Ever since the day I entered kindergarten, I was a worker. While I was in school, I strove to excel. I had always wanted to be a doctor and knew that I had to be exceptional to get into medical school. So I didn't go to parties, I studied and read, and I learned anything and everything I could.
In college (Go Capital) I was a TA and LA for multiple science classes while carrying a full course load. I worked during the summer at the Summer Institute helping with Organic Chem lab (which I loved), lecturing for a few pre-labs, and tutoring. Sometimes I wish I had known how much I was going to love Chemistry; I would have majored in it rather than Biology, but that's another story entirely.
Then came medical school and residency. Learning medicine is in and of itself a full time job, and residency takes work to a whole new level. I started practicing medicine right after I graduated and practiced for another 5 years.
Then all hell broke loose. I got pregnant, lost my job, got in trouble for writing prescriptions for my husband's migraines, lost my license, and couldn't find a job to save my life. I was hospitalized twice for depression, in outpatient treatment three times, and have gone through countless hours of therapy. I essentially broke down. For the last five years I've been a housewife. Initially it was difficult but I've settled into a groove and have become comfortable.

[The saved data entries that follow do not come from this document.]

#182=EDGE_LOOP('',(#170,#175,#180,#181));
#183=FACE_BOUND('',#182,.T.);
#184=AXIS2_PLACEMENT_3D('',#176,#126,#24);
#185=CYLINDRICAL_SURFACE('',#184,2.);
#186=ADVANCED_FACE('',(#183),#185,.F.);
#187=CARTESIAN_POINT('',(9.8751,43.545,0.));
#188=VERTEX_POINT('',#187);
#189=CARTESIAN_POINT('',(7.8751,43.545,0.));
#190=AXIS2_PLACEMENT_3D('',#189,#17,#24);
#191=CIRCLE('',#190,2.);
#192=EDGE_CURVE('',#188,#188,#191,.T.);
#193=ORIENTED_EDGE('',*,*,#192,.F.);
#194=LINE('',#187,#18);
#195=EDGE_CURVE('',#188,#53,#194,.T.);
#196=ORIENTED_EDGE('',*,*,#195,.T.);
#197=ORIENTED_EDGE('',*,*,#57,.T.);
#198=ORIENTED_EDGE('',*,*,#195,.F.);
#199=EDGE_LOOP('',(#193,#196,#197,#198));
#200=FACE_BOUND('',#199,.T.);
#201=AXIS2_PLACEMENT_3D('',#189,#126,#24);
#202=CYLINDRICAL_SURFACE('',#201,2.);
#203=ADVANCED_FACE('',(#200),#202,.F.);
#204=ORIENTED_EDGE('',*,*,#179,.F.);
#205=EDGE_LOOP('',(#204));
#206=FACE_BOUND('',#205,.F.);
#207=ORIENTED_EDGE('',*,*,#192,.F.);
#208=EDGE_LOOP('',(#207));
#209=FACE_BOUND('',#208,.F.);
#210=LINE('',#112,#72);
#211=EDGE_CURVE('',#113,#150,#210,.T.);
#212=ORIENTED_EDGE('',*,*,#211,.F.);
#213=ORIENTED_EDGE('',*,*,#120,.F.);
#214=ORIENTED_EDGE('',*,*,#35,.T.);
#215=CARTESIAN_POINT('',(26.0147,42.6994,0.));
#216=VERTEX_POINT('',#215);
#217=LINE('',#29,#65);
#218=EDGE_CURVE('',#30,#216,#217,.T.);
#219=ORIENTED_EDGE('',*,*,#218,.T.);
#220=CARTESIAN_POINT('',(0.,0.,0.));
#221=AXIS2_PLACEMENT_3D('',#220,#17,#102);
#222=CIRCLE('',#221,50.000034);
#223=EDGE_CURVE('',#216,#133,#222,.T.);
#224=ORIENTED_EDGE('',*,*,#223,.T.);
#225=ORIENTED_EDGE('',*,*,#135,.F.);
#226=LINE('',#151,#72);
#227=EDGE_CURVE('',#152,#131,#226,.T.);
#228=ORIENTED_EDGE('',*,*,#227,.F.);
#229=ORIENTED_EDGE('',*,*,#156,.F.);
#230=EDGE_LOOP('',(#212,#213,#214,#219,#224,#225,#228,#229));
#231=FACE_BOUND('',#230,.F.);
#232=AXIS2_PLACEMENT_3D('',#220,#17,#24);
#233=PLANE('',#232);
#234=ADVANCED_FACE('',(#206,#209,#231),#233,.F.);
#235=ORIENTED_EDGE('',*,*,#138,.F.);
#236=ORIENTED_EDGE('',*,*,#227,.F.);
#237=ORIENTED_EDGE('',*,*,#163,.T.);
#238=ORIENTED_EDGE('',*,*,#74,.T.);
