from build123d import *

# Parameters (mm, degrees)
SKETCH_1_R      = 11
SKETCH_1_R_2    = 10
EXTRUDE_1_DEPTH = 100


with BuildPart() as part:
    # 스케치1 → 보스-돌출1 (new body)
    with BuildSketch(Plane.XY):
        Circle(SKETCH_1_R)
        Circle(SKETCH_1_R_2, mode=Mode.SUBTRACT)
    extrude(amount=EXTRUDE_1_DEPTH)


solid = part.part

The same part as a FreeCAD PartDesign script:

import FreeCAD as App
import Part
import Sketcher
Q = App.Units.Quantity

doc = App.newDocument("Part")
params = doc.addObject("Spreadsheet::Sheet", "Params")
for row, (alias, value) in enumerate([
    ("sketch1_diameter", "22 mm"),
    ("sketch1_diameter2", "20 mm"),
    ("pad1_length", "100 mm"),
], start=1):
    params.set(f"A{row}", alias)
    params.set(f"B{row}", "=" + value)
    params.setAlias(f"B{row}", alias)

body = doc.addObject("PartDesign::Body", "Body")

# Sketch on XY plane
sketch1 = doc.addObject("Sketcher::SketchObject", "Sketch")
body.addObject(sketch1)
sketch1.AttachmentSupport = (doc.XY_Plane, [""])
sketch1.MapMode = "FlatFace"
sketch1.addGeometry(Part.Circle(App.Vector(0, 0, 0), App.Vector(0, 0, 1), 11), False)
sketch1.addGeometry(Part.Circle(App.Vector(0, 0, 0), App.Vector(0, 0, 1), 10), False)
sketch1.addConstraint(Sketcher.Constraint("Coincident", 0, 3, -1, 1))
sketch1.addConstraint(Sketcher.Constraint("Coincident", 1, 3, -1, 1))
sketch1.addConstraint(Sketcher.Constraint("Diameter", 0, Q("22 mm")))
sketch1.addConstraint(Sketcher.Constraint("Diameter", 1, Q("20 mm")))
sketch1.setExpression("Constraints[2]", "Params.sketch1_diameter")
sketch1.setExpression("Constraints[3]", "Params.sketch1_diameter2")
pad1 = doc.addObject("PartDesign::Pad", "Pad")
body.addObject(pad1)
pad1.Profile = sketch1
pad1.setExpression("Length", "Params.pad1_length")

doc.recompute()
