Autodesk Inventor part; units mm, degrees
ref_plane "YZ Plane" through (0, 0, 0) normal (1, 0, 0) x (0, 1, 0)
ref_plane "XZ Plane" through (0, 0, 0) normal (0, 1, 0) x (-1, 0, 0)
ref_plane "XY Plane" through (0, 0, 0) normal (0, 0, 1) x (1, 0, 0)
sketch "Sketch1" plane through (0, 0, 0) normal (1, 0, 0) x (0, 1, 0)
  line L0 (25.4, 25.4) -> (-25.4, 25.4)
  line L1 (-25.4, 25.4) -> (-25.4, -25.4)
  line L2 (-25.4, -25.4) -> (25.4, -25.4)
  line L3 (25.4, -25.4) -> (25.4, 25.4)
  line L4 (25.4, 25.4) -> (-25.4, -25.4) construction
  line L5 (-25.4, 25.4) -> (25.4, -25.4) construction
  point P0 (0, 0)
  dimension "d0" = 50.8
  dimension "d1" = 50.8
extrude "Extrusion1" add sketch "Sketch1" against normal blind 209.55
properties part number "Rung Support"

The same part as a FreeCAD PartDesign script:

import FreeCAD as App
import Part
import Sketcher

V = App.Vector
Q = App.Units.Quantity


def add_polygon(sketch, points):
    """Adds a closed chain of lines whose ends are joined by coincident constraints."""
    first, n = sketch.GeometryCount, len(points)
    for a, b in zip(points, points[1:] + points[:1]):
        sketch.addGeometry(Part.LineSegment(App.Vector(*a, 0), App.Vector(*b, 0)), False)
    for i in range(n):
        sketch.addConstraint(Sketcher.Constraint("Coincident", first + i, 2, first + (i + 1) % n, 1))

doc = App.newDocument("Part")
params = doc.addObject("Spreadsheet::Sheet", "Params")
for row, (alias, value) in enumerate([
    ("sketch1_width", "2 in"),
    ("pad1_length", "8.25 in"),
], start=1):
    params.set(f"A{row}", alias)
    params.set(f"B{row}", "=" + value)
    params.setAlias(f"B{row}", alias)

body = doc.addObject("PartDesign::Body", "Body")

# Sketch on YZ plane
sketch1 = doc.addObject("Sketcher::SketchObject", "Sketch")
body.addObject(sketch1)
sketch1.AttachmentSupport = (doc.YZ_Plane, [""])
sketch1.MapMode = "FlatFace"
add_polygon(sketch1, [(25.4, -25.4), (25.4, 25.4), (-25.4, 25.4), (-25.4, -25.4)])  # lines 0-3
sketch1.addConstraint(Sketcher.Constraint("Vertical", 0))
sketch1.addConstraint(Sketcher.Constraint("Horizontal", 1))
sketch1.addConstraint(Sketcher.Constraint("Vertical", 2))
sketch1.addConstraint(Sketcher.Constraint("Horizontal", 3))
sketch1.addConstraint(Sketcher.Constraint("Symmetric", 0, 2, 2, 2, -1, 1))
sketch1.addConstraint(Sketcher.Constraint("Equal", 3, 0))
sketch1.addConstraint(Sketcher.Constraint("DistanceX", 1, 2, 1, 1, Q("2 in")))
sketch1.setExpression("Constraints[10]", "Params.sketch1_width")
pad1 = doc.addObject("PartDesign::Pad", "Pad")
body.addObject(pad1)
pad1.Profile = sketch1
pad1.setExpression("Length", "Params.pad1_length")
pad1.Reversed = True

doc.recompute()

The other day Tim asked me how much money I'd need to put together a proper work wardrobe. In other words, "since you can go back to work now, you need a wardrobe." The prospect of doing some serious clothes shopping is exciting; the idea of working fills me with dread.
I am bogged down with questions: what if, psychologically, I can't handle it? What if I've forgotten so much that I make serious mistakes? Everyone wants me to go back to medicine, but I don't want to practice, so what do I do? I haven't worked for 5 years; am I cut out for work anymore? I am so scared, no, make that terrified, that I become frozen in my tracks whenever I try to make a positive move in the work direction. And this from a former professional gal who was damn good at what she did.
So how do I get through this and move on? Any input would be greatly appreciated. I suppose my dream of supporting my family off of my blog isn't going to come to fruition, so that means I have to get a job outside of my house. How did you working moms handle the fear, if you had it?